_WORK INSTRUCTIONS_
Each line containing the string "Rectangle" should be copied out of the entries.

=== SOURCE DATA ===

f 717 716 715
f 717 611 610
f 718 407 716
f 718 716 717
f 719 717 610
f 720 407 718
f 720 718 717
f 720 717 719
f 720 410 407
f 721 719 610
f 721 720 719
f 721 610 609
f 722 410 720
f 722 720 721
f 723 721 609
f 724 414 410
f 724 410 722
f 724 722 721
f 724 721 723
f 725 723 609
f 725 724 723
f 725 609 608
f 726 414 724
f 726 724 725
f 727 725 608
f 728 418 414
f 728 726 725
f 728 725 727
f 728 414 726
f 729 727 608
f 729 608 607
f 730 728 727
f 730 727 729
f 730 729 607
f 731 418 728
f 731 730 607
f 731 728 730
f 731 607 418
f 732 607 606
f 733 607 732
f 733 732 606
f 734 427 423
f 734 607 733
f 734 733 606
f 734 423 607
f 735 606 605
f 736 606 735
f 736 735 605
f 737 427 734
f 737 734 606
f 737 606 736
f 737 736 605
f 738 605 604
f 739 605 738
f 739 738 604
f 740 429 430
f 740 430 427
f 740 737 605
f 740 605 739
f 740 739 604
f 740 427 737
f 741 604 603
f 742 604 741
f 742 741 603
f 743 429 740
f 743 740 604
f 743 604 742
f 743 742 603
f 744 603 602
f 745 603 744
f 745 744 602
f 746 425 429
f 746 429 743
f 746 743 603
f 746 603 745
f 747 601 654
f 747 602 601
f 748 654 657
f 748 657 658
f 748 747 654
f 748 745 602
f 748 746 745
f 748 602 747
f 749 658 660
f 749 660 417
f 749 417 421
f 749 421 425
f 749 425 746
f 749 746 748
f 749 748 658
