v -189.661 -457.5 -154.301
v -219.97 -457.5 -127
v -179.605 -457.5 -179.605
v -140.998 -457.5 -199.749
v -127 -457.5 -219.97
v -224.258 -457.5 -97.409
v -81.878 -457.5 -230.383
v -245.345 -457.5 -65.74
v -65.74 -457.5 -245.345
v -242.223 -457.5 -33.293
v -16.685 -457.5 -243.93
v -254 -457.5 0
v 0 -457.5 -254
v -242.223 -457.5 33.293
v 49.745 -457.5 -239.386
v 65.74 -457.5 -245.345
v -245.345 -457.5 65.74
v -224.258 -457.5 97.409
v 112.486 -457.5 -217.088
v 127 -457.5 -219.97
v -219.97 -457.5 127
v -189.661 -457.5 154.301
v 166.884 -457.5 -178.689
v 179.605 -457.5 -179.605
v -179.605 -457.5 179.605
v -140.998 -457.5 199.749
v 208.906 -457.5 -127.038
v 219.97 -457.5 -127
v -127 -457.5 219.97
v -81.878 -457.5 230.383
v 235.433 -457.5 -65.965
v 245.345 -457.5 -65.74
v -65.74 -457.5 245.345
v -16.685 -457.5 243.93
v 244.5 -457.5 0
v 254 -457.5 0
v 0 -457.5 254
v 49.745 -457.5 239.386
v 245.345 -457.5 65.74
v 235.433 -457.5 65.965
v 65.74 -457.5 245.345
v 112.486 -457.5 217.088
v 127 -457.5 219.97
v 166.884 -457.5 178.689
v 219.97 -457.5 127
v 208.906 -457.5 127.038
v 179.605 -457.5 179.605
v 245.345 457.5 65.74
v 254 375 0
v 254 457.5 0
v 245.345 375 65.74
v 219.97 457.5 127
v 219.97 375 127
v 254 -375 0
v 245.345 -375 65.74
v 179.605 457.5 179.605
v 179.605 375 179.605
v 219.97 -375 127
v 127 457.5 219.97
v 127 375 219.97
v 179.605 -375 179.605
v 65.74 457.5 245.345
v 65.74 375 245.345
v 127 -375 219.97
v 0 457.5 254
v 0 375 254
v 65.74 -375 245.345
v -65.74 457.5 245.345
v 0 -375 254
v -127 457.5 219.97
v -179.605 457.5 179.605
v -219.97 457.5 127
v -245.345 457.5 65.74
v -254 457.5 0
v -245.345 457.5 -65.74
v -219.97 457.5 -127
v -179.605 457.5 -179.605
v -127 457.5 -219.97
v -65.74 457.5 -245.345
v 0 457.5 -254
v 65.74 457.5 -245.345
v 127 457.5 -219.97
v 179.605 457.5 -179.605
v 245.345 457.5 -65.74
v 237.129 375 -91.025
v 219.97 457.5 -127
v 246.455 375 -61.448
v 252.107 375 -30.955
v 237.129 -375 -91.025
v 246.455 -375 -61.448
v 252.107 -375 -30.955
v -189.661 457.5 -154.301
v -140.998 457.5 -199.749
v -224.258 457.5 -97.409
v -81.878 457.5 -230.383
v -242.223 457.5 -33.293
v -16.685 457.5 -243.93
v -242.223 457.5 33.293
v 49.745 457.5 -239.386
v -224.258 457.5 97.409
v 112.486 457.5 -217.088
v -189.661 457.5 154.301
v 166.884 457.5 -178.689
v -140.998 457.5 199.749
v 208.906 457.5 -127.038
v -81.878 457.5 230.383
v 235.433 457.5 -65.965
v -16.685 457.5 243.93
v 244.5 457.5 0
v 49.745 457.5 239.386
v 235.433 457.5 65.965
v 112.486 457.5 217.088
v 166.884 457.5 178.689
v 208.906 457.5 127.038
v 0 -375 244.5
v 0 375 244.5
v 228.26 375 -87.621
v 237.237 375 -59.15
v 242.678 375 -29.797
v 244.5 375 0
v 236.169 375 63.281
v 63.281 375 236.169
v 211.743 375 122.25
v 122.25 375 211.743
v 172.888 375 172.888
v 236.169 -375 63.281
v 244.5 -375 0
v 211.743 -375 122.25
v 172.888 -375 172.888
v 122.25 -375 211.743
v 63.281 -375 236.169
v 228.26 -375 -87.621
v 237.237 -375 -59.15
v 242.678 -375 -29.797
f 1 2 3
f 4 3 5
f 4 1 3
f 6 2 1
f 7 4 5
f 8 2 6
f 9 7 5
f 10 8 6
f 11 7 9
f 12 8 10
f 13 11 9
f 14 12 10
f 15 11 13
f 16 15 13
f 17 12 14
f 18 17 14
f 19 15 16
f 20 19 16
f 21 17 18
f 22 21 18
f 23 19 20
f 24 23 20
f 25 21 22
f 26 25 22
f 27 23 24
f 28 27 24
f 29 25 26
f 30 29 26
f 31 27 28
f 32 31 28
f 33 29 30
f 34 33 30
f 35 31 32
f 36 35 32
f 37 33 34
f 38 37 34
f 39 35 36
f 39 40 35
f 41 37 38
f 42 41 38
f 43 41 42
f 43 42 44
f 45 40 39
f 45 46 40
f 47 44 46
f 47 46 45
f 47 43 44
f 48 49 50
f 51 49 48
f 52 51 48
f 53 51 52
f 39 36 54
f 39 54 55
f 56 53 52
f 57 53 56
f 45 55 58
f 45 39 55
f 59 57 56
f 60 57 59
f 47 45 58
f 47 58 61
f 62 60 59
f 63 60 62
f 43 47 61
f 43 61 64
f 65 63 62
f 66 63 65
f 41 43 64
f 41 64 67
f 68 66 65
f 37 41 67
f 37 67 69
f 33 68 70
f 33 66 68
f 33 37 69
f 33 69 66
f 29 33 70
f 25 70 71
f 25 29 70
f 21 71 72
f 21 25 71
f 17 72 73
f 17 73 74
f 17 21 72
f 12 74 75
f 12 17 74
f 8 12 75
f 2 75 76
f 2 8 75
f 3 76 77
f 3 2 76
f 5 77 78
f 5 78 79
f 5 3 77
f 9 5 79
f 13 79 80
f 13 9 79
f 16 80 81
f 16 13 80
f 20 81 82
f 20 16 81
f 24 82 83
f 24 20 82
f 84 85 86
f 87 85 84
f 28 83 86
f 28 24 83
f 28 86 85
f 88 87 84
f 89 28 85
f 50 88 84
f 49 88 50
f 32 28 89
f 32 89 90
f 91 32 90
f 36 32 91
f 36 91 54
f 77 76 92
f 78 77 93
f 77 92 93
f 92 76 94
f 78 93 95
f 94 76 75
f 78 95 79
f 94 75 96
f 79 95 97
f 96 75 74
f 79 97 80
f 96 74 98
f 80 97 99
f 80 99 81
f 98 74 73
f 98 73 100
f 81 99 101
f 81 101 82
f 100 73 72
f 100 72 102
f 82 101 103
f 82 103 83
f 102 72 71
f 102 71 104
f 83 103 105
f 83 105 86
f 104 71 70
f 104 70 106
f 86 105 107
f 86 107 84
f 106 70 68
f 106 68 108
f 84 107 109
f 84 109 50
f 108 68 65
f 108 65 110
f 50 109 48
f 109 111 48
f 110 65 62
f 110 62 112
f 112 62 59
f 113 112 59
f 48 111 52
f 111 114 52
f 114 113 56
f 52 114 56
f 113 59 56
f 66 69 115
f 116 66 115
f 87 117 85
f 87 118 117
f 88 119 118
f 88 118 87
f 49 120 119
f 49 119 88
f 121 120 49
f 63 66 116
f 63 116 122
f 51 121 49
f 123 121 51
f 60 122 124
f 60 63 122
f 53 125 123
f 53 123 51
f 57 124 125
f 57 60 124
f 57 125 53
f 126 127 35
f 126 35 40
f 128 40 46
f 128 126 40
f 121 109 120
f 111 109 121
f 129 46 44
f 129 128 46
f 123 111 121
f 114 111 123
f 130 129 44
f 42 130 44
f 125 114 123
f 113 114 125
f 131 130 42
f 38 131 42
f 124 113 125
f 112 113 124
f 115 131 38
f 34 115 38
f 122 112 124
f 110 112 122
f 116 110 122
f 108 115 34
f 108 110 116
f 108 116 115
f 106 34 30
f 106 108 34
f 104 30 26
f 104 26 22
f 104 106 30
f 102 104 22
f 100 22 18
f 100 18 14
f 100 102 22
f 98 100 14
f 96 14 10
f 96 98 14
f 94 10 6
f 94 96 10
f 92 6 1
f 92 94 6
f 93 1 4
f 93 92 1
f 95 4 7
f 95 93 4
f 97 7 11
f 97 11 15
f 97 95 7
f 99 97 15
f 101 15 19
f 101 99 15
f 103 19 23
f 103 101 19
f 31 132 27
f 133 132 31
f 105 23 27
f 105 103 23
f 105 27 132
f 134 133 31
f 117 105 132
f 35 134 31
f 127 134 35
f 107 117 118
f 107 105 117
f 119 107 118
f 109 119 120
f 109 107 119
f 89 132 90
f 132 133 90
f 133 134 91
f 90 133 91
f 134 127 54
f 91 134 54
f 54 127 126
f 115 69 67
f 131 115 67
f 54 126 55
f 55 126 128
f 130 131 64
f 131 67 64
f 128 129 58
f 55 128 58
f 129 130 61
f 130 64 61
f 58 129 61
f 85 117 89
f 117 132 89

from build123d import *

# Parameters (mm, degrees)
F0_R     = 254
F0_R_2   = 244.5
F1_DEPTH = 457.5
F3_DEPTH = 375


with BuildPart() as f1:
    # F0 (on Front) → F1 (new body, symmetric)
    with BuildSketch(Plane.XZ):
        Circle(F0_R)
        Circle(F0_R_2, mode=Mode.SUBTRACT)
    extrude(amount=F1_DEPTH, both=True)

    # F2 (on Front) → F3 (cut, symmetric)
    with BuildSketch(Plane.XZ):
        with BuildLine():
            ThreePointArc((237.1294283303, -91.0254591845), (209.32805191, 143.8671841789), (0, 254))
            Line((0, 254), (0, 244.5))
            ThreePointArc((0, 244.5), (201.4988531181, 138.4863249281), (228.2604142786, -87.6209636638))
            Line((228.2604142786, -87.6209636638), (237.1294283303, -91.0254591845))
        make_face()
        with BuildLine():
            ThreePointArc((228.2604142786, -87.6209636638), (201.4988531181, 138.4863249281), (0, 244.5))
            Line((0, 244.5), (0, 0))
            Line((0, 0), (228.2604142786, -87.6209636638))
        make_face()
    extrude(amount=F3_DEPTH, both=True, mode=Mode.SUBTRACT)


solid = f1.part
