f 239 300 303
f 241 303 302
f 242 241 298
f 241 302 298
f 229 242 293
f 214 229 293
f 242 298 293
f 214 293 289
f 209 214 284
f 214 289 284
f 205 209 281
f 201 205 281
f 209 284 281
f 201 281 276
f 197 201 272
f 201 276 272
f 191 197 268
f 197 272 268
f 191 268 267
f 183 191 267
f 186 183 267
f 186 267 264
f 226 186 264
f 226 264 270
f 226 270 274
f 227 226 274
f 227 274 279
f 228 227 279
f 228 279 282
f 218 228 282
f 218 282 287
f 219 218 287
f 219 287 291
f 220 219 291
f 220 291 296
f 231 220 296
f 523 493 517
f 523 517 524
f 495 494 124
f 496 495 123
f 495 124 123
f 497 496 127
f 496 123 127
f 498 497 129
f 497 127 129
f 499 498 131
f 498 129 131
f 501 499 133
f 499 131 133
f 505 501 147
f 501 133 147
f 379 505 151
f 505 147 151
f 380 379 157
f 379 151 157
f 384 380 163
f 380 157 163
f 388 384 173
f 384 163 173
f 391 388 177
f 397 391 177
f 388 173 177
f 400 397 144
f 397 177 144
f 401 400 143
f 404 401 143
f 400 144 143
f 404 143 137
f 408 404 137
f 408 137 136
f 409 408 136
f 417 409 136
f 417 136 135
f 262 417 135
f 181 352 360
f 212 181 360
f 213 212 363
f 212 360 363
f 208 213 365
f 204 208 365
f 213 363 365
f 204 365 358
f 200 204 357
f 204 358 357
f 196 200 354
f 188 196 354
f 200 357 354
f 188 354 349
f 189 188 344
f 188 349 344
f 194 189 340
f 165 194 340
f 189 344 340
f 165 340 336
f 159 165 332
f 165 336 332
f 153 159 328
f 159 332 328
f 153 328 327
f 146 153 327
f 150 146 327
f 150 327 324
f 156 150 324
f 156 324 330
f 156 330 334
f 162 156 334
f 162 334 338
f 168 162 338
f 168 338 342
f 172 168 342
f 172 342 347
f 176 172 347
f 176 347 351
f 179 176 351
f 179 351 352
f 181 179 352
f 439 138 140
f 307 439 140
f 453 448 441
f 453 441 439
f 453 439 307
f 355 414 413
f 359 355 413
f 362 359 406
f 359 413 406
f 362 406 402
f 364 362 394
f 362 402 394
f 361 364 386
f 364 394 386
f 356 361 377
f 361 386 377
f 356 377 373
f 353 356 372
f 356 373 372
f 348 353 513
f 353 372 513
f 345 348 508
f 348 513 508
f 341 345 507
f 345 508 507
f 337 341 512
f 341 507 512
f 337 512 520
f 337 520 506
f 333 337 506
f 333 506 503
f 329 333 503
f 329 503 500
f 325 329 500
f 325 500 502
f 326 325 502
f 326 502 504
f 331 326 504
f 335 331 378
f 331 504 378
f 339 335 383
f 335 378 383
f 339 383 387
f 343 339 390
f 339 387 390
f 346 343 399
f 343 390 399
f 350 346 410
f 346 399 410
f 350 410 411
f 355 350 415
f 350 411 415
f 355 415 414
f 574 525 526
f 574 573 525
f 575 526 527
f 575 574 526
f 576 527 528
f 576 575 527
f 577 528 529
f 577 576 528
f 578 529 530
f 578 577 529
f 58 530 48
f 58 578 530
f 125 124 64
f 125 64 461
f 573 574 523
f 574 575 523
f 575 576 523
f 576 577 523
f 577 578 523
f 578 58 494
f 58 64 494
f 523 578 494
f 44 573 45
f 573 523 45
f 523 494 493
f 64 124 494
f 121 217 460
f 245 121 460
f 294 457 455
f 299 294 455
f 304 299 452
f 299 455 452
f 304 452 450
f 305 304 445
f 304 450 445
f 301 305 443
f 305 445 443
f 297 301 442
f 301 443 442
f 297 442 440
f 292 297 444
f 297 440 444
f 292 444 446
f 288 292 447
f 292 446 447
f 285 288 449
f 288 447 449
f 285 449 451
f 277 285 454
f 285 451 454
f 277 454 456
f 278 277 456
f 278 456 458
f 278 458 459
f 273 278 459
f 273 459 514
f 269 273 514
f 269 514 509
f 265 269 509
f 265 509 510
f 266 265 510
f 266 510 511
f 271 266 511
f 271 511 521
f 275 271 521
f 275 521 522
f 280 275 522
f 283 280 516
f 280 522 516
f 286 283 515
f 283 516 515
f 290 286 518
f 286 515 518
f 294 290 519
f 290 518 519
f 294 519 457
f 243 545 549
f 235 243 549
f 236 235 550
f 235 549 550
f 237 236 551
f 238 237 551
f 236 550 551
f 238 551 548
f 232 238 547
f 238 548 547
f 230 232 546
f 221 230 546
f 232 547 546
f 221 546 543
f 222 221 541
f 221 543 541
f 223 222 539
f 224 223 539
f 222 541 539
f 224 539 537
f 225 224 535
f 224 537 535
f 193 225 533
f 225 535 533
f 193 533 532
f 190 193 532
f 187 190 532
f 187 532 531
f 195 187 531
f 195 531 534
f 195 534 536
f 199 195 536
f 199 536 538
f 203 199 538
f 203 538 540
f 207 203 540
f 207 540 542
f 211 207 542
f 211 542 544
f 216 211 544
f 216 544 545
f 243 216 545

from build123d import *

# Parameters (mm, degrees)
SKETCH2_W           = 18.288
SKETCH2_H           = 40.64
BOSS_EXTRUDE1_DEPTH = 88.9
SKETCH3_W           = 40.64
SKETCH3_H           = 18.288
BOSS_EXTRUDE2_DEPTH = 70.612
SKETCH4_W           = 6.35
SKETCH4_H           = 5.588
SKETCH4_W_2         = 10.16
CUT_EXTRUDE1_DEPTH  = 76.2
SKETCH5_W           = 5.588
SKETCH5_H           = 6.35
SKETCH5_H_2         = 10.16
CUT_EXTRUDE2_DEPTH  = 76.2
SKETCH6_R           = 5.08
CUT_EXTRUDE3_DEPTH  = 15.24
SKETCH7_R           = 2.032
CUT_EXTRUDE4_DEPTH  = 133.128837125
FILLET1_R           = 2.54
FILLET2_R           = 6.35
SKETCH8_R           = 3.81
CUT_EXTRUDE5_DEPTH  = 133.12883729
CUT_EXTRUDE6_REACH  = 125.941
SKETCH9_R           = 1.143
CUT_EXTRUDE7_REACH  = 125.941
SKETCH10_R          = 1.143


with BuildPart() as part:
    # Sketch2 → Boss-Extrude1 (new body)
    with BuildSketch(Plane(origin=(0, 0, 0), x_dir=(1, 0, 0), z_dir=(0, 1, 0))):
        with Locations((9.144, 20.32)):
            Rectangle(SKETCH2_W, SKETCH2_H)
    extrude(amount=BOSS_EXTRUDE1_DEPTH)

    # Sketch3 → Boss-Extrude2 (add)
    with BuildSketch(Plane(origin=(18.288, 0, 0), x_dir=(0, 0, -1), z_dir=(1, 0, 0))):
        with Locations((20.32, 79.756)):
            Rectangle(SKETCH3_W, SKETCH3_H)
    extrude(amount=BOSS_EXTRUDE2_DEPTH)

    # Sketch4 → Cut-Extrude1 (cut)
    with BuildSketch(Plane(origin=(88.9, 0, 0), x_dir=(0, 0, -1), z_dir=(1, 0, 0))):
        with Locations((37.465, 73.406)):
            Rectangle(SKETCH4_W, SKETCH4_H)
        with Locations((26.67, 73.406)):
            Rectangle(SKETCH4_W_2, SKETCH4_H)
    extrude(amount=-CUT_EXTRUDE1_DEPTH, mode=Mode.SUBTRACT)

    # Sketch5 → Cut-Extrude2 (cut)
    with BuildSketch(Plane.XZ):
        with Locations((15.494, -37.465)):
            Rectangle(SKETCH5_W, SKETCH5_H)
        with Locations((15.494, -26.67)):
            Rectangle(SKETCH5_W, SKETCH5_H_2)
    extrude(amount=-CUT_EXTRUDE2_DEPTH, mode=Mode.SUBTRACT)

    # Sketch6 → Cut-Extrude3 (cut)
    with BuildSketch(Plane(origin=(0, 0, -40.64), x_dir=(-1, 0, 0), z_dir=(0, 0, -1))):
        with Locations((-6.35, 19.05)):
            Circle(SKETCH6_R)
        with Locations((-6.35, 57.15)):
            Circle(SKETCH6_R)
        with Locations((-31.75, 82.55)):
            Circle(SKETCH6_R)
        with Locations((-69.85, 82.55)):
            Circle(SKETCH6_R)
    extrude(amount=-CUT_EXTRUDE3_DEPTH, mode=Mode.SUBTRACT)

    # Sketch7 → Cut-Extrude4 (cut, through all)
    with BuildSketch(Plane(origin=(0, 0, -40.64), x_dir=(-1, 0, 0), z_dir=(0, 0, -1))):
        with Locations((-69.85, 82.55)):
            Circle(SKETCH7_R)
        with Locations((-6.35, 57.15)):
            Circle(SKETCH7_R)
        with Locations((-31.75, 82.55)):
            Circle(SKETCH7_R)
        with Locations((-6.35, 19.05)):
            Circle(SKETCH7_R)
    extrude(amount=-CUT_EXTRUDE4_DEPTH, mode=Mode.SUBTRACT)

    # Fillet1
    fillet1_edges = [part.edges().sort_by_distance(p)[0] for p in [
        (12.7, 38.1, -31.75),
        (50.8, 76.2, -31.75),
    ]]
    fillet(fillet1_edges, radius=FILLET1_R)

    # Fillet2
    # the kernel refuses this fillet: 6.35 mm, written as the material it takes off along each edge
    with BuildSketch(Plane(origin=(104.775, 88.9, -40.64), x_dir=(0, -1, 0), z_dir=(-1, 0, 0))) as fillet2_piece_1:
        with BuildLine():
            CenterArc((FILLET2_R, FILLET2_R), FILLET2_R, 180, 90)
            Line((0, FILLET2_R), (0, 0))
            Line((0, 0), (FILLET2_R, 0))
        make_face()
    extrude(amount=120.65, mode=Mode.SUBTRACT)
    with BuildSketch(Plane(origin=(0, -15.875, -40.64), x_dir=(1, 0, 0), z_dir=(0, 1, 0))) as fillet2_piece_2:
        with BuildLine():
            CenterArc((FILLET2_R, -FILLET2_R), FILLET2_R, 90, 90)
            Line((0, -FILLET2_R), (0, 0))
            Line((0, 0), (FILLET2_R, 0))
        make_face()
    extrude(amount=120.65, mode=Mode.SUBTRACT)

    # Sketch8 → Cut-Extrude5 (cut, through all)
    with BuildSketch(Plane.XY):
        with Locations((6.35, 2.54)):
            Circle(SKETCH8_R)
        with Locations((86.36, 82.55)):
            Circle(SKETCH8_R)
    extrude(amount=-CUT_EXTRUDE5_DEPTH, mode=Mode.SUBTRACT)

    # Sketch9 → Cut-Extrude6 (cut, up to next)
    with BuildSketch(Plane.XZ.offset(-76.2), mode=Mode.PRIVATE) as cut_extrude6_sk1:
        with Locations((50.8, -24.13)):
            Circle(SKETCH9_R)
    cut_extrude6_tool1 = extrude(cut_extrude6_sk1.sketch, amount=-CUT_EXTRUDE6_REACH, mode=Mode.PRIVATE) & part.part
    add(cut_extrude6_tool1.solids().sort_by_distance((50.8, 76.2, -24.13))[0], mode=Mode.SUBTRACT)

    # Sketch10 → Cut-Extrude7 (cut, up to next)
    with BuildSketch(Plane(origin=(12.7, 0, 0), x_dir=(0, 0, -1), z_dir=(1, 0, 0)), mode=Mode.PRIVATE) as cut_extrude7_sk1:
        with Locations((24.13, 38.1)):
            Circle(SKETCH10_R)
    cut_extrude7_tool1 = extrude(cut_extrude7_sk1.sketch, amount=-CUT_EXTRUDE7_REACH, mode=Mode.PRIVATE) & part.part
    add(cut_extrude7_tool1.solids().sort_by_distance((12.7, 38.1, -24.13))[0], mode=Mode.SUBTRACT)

===

_COMPLETED EXERCISE_
            Rectangle(SKETCH2_W, SKETCH2_H)
            Rectangle(SKETCH3_W, SKETCH3_H)
            Rectangle(SKETCH4_W, SKETCH4_H)
            Rectangle(SKETCH4_W_2, SKETCH4_H)
            Rectangle(SKETCH5_W, SKETCH5_H)
            Rectangle(SKETCH5_W, SKETCH5_H_2)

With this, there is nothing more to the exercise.